= Beginning of Section =
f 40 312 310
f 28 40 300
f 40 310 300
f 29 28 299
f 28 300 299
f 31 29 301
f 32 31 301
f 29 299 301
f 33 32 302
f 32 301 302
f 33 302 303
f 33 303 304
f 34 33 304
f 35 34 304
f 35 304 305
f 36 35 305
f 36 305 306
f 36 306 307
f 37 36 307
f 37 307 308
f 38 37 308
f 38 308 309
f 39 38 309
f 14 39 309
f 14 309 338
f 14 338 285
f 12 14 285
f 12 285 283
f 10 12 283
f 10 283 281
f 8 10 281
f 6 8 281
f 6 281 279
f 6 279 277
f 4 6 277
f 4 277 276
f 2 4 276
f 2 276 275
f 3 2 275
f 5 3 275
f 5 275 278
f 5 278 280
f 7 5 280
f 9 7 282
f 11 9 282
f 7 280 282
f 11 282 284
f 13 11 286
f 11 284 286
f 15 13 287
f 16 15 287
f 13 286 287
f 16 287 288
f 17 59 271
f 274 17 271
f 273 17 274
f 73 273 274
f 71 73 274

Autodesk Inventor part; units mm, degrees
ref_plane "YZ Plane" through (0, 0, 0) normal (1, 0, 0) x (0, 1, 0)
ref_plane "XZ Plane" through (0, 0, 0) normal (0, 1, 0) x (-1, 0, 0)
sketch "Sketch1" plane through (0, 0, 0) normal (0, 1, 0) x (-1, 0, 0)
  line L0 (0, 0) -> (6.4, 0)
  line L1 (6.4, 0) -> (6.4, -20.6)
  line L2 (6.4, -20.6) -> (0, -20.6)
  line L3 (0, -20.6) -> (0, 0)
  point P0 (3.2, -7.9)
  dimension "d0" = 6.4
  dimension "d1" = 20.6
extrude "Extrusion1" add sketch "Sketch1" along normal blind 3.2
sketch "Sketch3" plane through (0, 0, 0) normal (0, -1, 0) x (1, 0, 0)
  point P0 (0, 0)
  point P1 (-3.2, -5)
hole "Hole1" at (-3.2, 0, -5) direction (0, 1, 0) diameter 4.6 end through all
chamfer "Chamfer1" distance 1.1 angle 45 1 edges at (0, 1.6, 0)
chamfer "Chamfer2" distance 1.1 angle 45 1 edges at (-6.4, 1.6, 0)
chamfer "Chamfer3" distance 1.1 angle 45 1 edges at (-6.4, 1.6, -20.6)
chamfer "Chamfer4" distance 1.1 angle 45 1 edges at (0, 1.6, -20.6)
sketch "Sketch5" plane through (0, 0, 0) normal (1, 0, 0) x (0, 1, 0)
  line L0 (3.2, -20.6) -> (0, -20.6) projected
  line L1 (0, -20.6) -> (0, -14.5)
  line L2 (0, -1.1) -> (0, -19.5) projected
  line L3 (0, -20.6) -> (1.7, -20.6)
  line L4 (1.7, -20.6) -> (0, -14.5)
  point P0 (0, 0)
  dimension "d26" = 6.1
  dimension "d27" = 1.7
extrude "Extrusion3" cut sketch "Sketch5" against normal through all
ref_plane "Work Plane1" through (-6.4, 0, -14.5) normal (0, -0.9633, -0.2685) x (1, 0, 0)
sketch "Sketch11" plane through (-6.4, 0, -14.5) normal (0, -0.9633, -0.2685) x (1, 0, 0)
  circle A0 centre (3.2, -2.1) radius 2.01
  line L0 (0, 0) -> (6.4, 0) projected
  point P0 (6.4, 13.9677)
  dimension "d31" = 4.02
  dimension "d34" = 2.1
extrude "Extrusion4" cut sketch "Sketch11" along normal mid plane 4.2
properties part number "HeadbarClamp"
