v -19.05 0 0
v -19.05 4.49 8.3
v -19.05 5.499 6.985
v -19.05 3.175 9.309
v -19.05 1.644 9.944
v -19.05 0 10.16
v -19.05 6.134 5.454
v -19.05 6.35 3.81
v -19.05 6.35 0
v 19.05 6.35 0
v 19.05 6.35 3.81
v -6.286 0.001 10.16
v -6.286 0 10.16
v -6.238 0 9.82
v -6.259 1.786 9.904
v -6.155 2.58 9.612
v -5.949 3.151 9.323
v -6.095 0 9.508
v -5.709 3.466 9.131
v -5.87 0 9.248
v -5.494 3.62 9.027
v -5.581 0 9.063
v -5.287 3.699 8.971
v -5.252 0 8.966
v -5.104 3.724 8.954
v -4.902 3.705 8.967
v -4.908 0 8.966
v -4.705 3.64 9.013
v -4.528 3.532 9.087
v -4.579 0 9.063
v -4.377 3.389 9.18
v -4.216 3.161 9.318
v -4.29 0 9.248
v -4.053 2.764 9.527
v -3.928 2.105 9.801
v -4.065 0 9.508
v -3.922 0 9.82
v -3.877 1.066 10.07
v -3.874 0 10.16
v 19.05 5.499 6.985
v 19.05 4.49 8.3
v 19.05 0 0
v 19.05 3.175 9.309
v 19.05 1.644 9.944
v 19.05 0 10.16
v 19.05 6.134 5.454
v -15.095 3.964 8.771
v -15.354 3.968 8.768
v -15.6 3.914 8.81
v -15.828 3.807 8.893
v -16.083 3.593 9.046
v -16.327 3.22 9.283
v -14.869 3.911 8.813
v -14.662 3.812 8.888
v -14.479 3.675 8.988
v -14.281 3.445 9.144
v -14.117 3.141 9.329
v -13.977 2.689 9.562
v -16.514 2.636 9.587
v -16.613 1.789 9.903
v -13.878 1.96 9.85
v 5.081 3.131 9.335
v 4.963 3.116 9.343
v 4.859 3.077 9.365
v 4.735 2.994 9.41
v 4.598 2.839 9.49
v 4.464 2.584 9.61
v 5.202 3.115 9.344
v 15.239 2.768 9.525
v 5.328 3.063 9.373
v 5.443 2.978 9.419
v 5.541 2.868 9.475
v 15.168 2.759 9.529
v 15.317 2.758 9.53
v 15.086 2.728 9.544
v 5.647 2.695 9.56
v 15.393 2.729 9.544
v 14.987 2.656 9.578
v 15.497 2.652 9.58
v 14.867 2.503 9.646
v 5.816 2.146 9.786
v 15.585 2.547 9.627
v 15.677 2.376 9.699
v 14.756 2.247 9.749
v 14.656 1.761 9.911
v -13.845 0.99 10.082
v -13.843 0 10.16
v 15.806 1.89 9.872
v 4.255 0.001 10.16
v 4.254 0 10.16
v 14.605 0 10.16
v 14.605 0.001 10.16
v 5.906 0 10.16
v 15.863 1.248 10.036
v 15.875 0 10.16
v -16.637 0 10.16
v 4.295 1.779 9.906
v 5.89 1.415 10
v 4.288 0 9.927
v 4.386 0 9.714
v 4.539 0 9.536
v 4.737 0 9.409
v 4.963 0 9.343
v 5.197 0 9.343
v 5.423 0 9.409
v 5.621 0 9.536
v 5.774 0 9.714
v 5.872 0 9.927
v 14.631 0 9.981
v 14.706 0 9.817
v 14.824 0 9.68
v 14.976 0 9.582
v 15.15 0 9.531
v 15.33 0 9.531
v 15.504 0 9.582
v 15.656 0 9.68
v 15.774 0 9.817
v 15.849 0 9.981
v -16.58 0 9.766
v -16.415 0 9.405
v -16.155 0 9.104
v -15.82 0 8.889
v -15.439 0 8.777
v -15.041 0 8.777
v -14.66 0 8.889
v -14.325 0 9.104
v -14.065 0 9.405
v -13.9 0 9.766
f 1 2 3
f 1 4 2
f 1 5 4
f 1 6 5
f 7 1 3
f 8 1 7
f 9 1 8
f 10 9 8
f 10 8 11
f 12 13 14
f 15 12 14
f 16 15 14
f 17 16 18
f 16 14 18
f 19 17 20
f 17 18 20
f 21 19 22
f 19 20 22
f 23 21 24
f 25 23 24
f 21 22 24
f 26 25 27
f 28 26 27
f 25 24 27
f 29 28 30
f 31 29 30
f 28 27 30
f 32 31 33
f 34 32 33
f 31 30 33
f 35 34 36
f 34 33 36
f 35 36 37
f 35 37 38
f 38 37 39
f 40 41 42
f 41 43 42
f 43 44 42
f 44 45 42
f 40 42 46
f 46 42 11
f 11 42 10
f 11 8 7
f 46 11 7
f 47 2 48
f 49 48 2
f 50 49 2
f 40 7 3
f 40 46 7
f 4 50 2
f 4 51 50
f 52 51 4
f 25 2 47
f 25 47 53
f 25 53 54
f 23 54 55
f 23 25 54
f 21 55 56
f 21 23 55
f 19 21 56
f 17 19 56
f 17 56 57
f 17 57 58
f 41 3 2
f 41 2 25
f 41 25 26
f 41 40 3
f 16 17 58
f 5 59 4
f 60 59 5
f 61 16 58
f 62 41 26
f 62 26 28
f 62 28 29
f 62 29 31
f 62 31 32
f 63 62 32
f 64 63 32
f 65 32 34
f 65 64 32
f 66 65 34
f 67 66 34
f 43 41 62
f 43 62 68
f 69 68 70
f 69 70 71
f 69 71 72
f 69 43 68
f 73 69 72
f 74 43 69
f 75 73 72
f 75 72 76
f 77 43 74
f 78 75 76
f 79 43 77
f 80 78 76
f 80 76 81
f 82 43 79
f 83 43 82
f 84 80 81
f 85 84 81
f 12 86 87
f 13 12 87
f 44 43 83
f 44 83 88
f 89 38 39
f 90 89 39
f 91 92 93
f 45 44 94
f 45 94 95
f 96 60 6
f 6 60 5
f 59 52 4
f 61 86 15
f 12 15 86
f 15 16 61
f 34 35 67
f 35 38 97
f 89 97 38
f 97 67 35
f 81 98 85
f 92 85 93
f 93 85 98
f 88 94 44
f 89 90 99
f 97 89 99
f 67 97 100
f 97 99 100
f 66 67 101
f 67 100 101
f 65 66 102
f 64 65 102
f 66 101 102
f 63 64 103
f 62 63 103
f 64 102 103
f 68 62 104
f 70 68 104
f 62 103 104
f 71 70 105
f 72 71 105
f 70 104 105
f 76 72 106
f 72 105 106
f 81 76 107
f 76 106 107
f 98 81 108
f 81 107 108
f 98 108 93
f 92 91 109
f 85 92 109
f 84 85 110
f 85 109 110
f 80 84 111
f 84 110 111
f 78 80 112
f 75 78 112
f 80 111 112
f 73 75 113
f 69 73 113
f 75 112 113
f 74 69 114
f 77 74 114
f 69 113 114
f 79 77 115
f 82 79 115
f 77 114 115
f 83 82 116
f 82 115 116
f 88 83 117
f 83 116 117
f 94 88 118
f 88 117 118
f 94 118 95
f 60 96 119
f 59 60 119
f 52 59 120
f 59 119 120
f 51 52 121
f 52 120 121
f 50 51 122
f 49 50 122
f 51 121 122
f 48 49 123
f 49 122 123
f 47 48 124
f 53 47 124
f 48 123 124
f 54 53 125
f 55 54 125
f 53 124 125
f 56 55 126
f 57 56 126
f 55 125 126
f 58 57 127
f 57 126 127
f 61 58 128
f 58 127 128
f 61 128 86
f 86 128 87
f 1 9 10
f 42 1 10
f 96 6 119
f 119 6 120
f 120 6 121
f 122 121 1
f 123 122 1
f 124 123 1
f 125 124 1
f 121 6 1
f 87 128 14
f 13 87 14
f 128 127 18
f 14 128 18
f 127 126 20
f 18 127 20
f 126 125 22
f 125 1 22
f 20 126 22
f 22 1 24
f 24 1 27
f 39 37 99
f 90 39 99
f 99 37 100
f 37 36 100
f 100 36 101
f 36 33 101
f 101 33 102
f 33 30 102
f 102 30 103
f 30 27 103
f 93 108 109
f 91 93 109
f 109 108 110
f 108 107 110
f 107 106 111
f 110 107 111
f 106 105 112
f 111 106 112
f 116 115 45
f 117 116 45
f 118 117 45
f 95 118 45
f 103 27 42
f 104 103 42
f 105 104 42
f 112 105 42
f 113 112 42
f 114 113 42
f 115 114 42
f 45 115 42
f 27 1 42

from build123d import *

# Parameters (mm, degrees)
F0_W     = 38.1
F0_H     = 6.35
F1_DEPTH = 10.16
F2_R     = 6.34999
F4_DEPTH = 25.4


# Not quite as in the source:
# - a fillet or chamfer is up to 0.001 mm smaller than in the source, because OpenCascade refuses the exact size


with BuildPart() as f1:
    # F0 (on Top) → F1 (new body)
    with BuildSketch(Plane.XY):
        with Locations((0, 3.175)):
            Rectangle(F0_W, F0_H)
    extrude(amount=F1_DEPTH)

    # F2 (radius 6.35 in the source; OpenCascade refuses exactly that, so slightly less here)
    f2_edges = [f1.edges().sort_by_distance(p)[0] for p in [
        (0, 6.35, 10.16),
    ]]
    fillet(f2_edges, radius=F2_R)

    # F3 (on face) → F4 (cut)
    with BuildSketch(Plane.XZ):
        with BuildLine():
            ThreePointArc((-16.637, 10.16), (-15.24, 8.763), (-13.843, 10.16))
            Line((-13.843, 10.16), (-16.637, 10.16))
        make_face()
        with BuildLine():
            Line((-3.8735, 10.16), (-6.2865, 10.16))
            ThreePointArc((-6.2865, 10.16), (-5.08, 8.9535), (-3.8735, 10.16))
        make_face()
        with BuildLine():
            Line((5.9055, 10.16), (4.2545, 10.16))
            ThreePointArc((4.2545, 10.16), (5.08, 9.3345), (5.9055, 10.16))
        make_face()
        with BuildLine():
            Line((15.875, 10.16), (14.605, 10.16))
            ThreePointArc((14.605, 10.16), (15.24, 9.525), (15.875, 10.16))
        make_face()
    extrude(amount=-F4_DEPTH, mode=Mode.SUBTRACT)


solid = f1.part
= End of Section =
> [Task requirements]: Every line of the material above that includes the string "projected" is required.

> [Task solution]:
  line L0 (3.2, -20.6) -> (0, -20.6) projected
  line L2 (0, -1.1) -> (0, -19.5) projected
  line L0 (0, 0) -> (6.4, 0) projected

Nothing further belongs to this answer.